First Wa Handle w Hand Tools


Decided to try my hand at making a new handle. The plan was a half-octo/half-round shape using white oak and black buffalo horn. Here's how it went. My tool selection was limited, so I mainly made do with hand tools. I have a sander for bulk removal, but it's not at all useful for straight...




www.kitchenknifeforums.com


----------



## IsoJ (Dec 19, 2021)

You could get some soft scrap wood and shape it first and when you get the shape you like, then shape the handle.


----------



## birdsfan (Dec 19, 2021)

For sanding, a flat piece of ceramic or marble tile, some spray on adhesive and sheets of sandpaper will do the trick. Regardless of shape, that is a fair amount of stock to remove. It will take some time.

Like Tostadas...I am a huge fan of the tapered heart shape. Very comfortable!


----------



## Bear (Dec 19, 2021)

I've done the heart shape to a knife that was blade light, your going to lose some weight so keep this in mind.
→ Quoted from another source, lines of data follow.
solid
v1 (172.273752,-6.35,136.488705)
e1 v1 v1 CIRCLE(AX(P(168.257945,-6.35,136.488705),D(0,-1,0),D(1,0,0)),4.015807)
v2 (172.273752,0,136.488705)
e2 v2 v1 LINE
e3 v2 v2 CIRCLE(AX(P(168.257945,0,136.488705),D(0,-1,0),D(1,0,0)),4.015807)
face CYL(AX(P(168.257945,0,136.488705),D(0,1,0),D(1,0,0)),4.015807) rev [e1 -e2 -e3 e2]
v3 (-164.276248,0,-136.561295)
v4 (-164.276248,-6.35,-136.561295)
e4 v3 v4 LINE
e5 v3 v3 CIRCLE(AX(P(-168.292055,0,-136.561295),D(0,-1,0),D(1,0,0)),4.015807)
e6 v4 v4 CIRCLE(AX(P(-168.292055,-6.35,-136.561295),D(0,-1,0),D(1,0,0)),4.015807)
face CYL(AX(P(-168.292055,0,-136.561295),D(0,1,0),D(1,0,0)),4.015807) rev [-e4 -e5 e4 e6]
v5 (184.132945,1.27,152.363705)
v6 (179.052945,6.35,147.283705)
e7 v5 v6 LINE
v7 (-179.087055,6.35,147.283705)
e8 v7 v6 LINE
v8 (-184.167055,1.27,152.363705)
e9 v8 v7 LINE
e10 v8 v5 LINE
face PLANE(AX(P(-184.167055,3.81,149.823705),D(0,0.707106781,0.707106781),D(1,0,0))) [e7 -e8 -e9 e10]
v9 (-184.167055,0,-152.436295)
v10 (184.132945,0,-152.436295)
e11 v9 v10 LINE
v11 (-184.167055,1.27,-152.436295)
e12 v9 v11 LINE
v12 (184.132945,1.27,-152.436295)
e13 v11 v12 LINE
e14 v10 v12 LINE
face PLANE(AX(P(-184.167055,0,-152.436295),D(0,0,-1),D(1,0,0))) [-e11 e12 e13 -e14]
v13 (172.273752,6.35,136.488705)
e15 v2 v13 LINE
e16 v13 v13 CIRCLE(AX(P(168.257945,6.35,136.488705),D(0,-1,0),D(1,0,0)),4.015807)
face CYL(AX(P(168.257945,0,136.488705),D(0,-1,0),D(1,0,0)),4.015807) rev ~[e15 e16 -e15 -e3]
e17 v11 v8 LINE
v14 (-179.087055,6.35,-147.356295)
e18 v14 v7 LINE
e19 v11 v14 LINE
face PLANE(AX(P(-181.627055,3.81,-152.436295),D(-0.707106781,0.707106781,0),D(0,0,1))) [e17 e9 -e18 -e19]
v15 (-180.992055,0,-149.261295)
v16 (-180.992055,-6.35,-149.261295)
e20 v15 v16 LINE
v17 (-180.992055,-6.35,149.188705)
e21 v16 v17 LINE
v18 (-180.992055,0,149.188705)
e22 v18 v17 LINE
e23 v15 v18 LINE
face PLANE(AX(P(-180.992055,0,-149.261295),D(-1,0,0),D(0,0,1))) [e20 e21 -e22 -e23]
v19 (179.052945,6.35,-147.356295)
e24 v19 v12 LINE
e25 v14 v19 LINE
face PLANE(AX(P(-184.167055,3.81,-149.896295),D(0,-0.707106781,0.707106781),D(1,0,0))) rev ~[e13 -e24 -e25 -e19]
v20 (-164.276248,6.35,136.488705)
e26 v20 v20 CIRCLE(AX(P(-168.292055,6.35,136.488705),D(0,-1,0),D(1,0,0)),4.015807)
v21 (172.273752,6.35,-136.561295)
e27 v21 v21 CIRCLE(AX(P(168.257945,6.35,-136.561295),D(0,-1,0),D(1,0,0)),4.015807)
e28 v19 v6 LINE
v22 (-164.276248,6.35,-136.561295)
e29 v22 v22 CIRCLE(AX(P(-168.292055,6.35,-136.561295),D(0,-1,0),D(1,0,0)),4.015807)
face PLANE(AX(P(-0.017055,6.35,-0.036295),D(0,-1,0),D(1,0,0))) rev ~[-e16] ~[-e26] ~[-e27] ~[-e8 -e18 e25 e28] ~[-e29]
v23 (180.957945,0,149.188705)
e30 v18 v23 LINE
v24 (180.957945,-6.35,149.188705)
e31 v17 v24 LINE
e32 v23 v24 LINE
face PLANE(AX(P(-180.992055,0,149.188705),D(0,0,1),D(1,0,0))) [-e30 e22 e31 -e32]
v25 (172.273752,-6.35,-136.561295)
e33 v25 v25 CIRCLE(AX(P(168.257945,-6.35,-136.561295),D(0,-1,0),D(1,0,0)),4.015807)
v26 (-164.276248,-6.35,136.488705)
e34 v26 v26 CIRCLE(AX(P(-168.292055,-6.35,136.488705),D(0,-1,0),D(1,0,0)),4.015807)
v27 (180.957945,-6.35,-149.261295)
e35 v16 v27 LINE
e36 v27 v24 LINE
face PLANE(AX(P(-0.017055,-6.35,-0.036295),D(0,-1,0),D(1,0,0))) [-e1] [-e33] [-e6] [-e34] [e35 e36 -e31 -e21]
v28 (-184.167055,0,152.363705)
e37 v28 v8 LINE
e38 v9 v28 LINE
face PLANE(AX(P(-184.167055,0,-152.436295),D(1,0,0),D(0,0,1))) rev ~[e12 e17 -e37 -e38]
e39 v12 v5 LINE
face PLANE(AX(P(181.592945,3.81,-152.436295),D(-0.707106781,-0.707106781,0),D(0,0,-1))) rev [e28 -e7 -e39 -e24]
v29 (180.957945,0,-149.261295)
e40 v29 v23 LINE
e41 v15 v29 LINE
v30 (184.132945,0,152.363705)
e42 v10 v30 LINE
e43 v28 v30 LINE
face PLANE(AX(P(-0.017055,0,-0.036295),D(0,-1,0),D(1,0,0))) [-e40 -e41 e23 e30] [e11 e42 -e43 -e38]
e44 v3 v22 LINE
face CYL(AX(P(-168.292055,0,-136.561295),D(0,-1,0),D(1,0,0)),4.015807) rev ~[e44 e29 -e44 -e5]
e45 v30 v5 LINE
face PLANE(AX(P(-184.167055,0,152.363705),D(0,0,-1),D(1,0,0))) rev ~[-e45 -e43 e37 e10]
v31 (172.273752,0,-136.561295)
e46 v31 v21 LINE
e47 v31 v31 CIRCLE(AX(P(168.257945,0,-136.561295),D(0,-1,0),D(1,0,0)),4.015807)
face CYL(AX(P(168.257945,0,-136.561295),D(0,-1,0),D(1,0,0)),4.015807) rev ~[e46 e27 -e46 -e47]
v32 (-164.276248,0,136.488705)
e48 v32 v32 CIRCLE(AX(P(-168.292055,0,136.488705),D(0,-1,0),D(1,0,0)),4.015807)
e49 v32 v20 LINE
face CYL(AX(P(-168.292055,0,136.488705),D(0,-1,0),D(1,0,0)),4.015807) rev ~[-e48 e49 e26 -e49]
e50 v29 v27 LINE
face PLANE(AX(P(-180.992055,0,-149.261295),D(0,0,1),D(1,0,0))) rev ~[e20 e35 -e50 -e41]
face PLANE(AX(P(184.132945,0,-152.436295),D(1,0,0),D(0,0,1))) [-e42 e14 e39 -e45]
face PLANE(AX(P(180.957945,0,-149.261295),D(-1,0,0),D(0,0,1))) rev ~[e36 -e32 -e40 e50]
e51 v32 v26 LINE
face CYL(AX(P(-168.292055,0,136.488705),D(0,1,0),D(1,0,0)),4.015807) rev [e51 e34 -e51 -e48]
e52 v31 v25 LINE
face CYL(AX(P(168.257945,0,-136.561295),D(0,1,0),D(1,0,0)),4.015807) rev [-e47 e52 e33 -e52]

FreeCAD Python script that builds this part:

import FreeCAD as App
import Part
import Sketcher
Q = App.Units.Quantity


def edges_at(feature, points):
    """Names of the edges that pass closest to the given points."""
    edges = feature.Shape.Edges
    near = lambda p: min(range(len(edges)), key=lambda i: edges[i].distToShape(Part.Vertex(*p))[0])
    return sorted({f"Edge{near(p) + 1}" for p in points})

doc = App.newDocument("Part")
body = doc.addObject("PartDesign::Body", "Body")

# Sketch on XZ plane
sketch1 = body.newObject("Sketcher::SketchObject", "Sketch")
sketch1.AttachmentSupport = (doc.getObject("XZ_Plane"), [""])
sketch1.MapMode = "FlatFace"
sketch1.addGeometry(Part.LineSegment(App.Vector(-181, 149.2, 0), App.Vector(-181, -149.3, 0)), False)
sketch1.addGeometry(Part.LineSegment(App.Vector(-181, -149.3, 0), App.Vector(181, -149.3, 0)), False)
sketch1.addGeometry(Part.LineSegment(App.Vector(181, -149.3, 0), App.Vector(181, 149.2, 0)), False)
sketch1.addGeometry(Part.LineSegment(App.Vector(181, 149.2, 0), App.Vector(-181, 149.2, 0)), False)
sketch1.addGeometry(Part.Circle(App.Vector(-168.3, -136.6, 0), App.Vector(0, 0, 1), 4), False)
sketch1.addGeometry(Part.Circle(App.Vector(168.3, -136.6, 0), App.Vector(0, 0, 1), 4), False)
sketch1.addGeometry(Part.Circle(App.Vector(-168.3, 136.5, 0), App.Vector(0, 0, 1), 4), False)
sketch1.addGeometry(Part.Circle(App.Vector(168.3, 136.5, 0), App.Vector(0, 0, 1), 4), False)
sketch1.addConstraint(Sketcher.Constraint("Coincident", 0, 2, 1, 1))
sketch1.addConstraint(Sketcher.Constraint("Coincident", 1, 2, 2, 1))
sketch1.addConstraint(Sketcher.Constraint("Coincident", 2, 2, 3, 1))
sketch1.addConstraint(Sketcher.Constraint("Coincident", 3, 2, 0, 1))
sketch1.addConstraint(Sketcher.Constraint("Vertical", 0))
sketch1.addConstraint(Sketcher.Constraint("Horizontal", 1))
sketch1.addConstraint(Sketcher.Constraint("Vertical", 2))
sketch1.addConstraint(Sketcher.Constraint("Horizontal", 3))
sketch1.addConstraint(Sketcher.Constraint("Equal", 4, 5))
sketch1.addConstraint(Sketcher.Constraint("Equal", 5, 6))
sketch1.addConstraint(Sketcher.Constraint("Equal", 6, 7))
sketch1.addConstraint(Sketcher.Constraint("Horizontal", 4, 3, 5, 3))
sketch1.addConstraint(Sketcher.Constraint("Horizontal", 6, 3, 7, 3))
sketch1.addConstraint(Sketcher.Constraint("Vertical", 4, 3, 6, 3))
sketch1.addConstraint(Sketcher.Constraint("Vertical", 5, 3, 7, 3))
sketch1.addConstraint(Sketcher.Constraint("DistanceX", 1, 1, 1, 2, Q("14.25 in")))
sketch1.addConstraint(Sketcher.Constraint("DistanceY", 0, 2, 0, 1, Q("11.75 in")))
sketch1.addConstraint(Sketcher.Constraint("DistanceX", 0, 2, 4, 3, Q("0.5 in")))
sketch1.addConstraint(Sketcher.Constraint("DistanceY", 0, 2, 4, 3, Q("0.5 in")))
sketch1.addConstraint(Sketcher.Constraint("DistanceX", 5, 3, 1, 2, Q("0.5 in")))
sketch1.addConstraint(Sketcher.Constraint("DistanceY", 7, 3, 2, 2, Q("0.5 in")))
sketch1.addConstraint(Sketcher.Constraint("Diameter", 4, 8.031614))
sketch1.addConstraint(Sketcher.Constraint("DistanceX", 4, 3, -1, 1, 168.292055))
sketch1.addConstraint(Sketcher.Constraint("DistanceY", 4, 3, -1, 1, 136.561295))
pad1 = body.newObject("PartDesign::Pad", "Pad")
pad1.Profile = sketch1
pad1.Length = Q("0.25 in")

# Sketch on XZ plane
sketch2 = body.newObject("Sketcher::SketchObject", "Sketch001")
sketch2.AttachmentSupport = (doc.getObject("XZ_Plane"), [""])
sketch2.MapMode = "FlatFace"
sketch2.addGeometry(Part.LineSegment(App.Vector(-184.2, 152.4, 0), App.Vector(-184.2, -152.4, 0)), False)
sketch2.addGeometry(Part.LineSegment(App.Vector(-184.2, -152.4, 0), App.Vector(184.1, -152.4, 0)), False)
sketch2.addGeometry(Part.LineSegment(App.Vector(184.1, -152.4, 0), App.Vector(184.1, 152.4, 0)), False)
sketch2.addGeometry(Part.LineSegment(App.Vector(184.1, 152.4, 0), App.Vector(-184.2, 152.4, 0)), False)
sketch2.addGeometry(Part.Circle(App.Vector(-168.3, -136.6, 0), App.Vector(0, 0, 1), 4), False)
sketch2.addGeometry(Part.Circle(App.Vector(168.3, -136.6, 0), App.Vector(0, 0, 1), 4), False)
sketch2.addGeometry(Part.Circle(App.Vector(-168.3, 136.5, 0), App.Vector(0, 0, 1), 4), False)
sketch2.addGeometry(Part.Circle(App.Vector(168.3, 136.5, 0), App.Vector(0, 0, 1), 4), False)
sketch2.addConstraint(Sketcher.Constraint("Coincident", 0, 2, 1, 1))
sketch2.addConstraint(Sketcher.Constraint("Coincident", 1, 2, 2, 1))
sketch2.addConstraint(Sketcher.Constraint("Coincident", 2, 2, 3, 1))
sketch2.addConstraint(Sketcher.Constraint("Coincident", 3, 2, 0, 1))
sketch2.addConstraint(Sketcher.Constraint("Vertical", 0))
sketch2.addConstraint(Sketcher.Constraint("Horizontal", 1))
sketch2.addConstraint(Sketcher.Constraint("Vertical", 2))
sketch2.addConstraint(Sketcher.Constraint("Horizontal", 3))
sketch2.addConstraint(Sketcher.Constraint("Equal", 4, 5))
sketch2.addConstraint(Sketcher.Constraint("Equal", 5, 6))
sketch2.addConstraint(Sketcher.Constraint("Equal", 6, 7))
sketch2.addConstraint(Sketcher.Constraint("Horizontal", 4, 3, 5, 3))
sketch2.addConstraint(Sketcher.Constraint("Horizontal", 6, 3, 7, 3))
sketch2.addConstraint(Sketcher.Constraint("Vertical", 4, 3, 6, 3))
sketch2.addConstraint(Sketcher.Constraint("Vertical", 5, 3, 7, 3))
sketch2.addConstraint(Sketcher.Constraint("DistanceY", 0, 2, 0, 1, Q("12 in")))
sketch2.addConstraint(Sketcher.Constraint("DistanceX", 1, 1, 1, 2, Q("14.5 in")))
sketch2.addConstraint(Sketcher.Constraint("DistanceX", 4, 3, 5, 3, Q("13.25 in")))
sketch2.addConstraint(Sketcher.Constraint("DistanceY", 4, 3, 6, 3, Q("10.75 in")))
sketch2.addConstraint(Sketcher.Constraint("DistanceX", 0, 2, 4, 3, Q("0.625 in")))
sketch2.addConstraint(Sketcher.Constraint("DistanceY", 0, 2, 4, 3, Q("0.625 in")))
sketch2.addConstraint(Sketcher.Constraint("Diameter", 4, 8.031614))
sketch2.addConstraint(Sketcher.Constraint("DistanceX", 4, 3, -1, 1, 168.292055))
sketch2.addConstraint(Sketcher.Constraint("DistanceY", 4, 3, -1, 1, 136.561295))
pad2 = body.newObject("PartDesign::Pad", "Pad001")
pad2.Profile = sketch2
pad2.Length = Q("0.25 in")
pad2.Reversed = True
doc.recompute()

chamfer = body.newObject("PartDesign::Chamfer", "Chamfer")
chamfer.Base = (pad2, edges_at(pad2, [
    (-0.017, 6.35, 152.364),
    (184.133, 6.35, -0.036),
    (-0.017, 6.35, -152.436),
    (-184.167, 6.35, -0.036),
]))
chamfer.Size = Q("0.2 in")

doc.recompute()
I used my Kasfly to do it but any hard surface and a can of contact cement will work.


----------



## WifeNotUnderstand (Dec 19, 2021)

Looks like heart shape for the win!

@tostadas thanks for the link, its just what I was chasing

@IsoJ good idea, however ill be going full tilt on the knife with no practice in a all or nothing approach


----------



## IsoJ (Dec 19, 2021)

WifeNotUnderstand said:


> Looks like heart shape for the win!
> 
> @tostadas thanks for the link, its just what I was chasing
> 
> @IsoJ good idea, however ill be going full tilt on the knife with no practice in a all or nothing approach


I like that attitude


----------



## tostadas (Dec 19, 2021)

WifeNotUnderstand said:


> Looks like heart shape for the win!
> 
> @tostadas thanks for the link, its just what I was chasing
> 
> @IsoJ good idea, however ill be going full tilt on the knife with no practice in a all or nothing approach


My recommendation will be to go easy on the shaping for the heart shape if you also plan to taper as well. The change from octo to half octo will make the handle circumference smaller. You can always remove more material, but you cant put it back once it's gone.


----------



## icanhaschzbrgr (Dec 19, 2021)

I'd taper ferrule and see if it's enough. My bet is that you'll call it day afterwards.


----------



## cotedupy (Dec 19, 2021)

Tapered heart or octagonal gets my vote.

Stating the blindingly obvious here but - it'll be a million times easier and faster if you take the handle off, reshape, then re-attach, especially for the taper. If you don't take it off then heart shape will be a little easier than full octagonal.


----------



## 29palms (Jan 2, 2022)

If the ferrule was attached to the body with a dowel too much material removal might expose it. Anyway to contact the maker to find out?


----------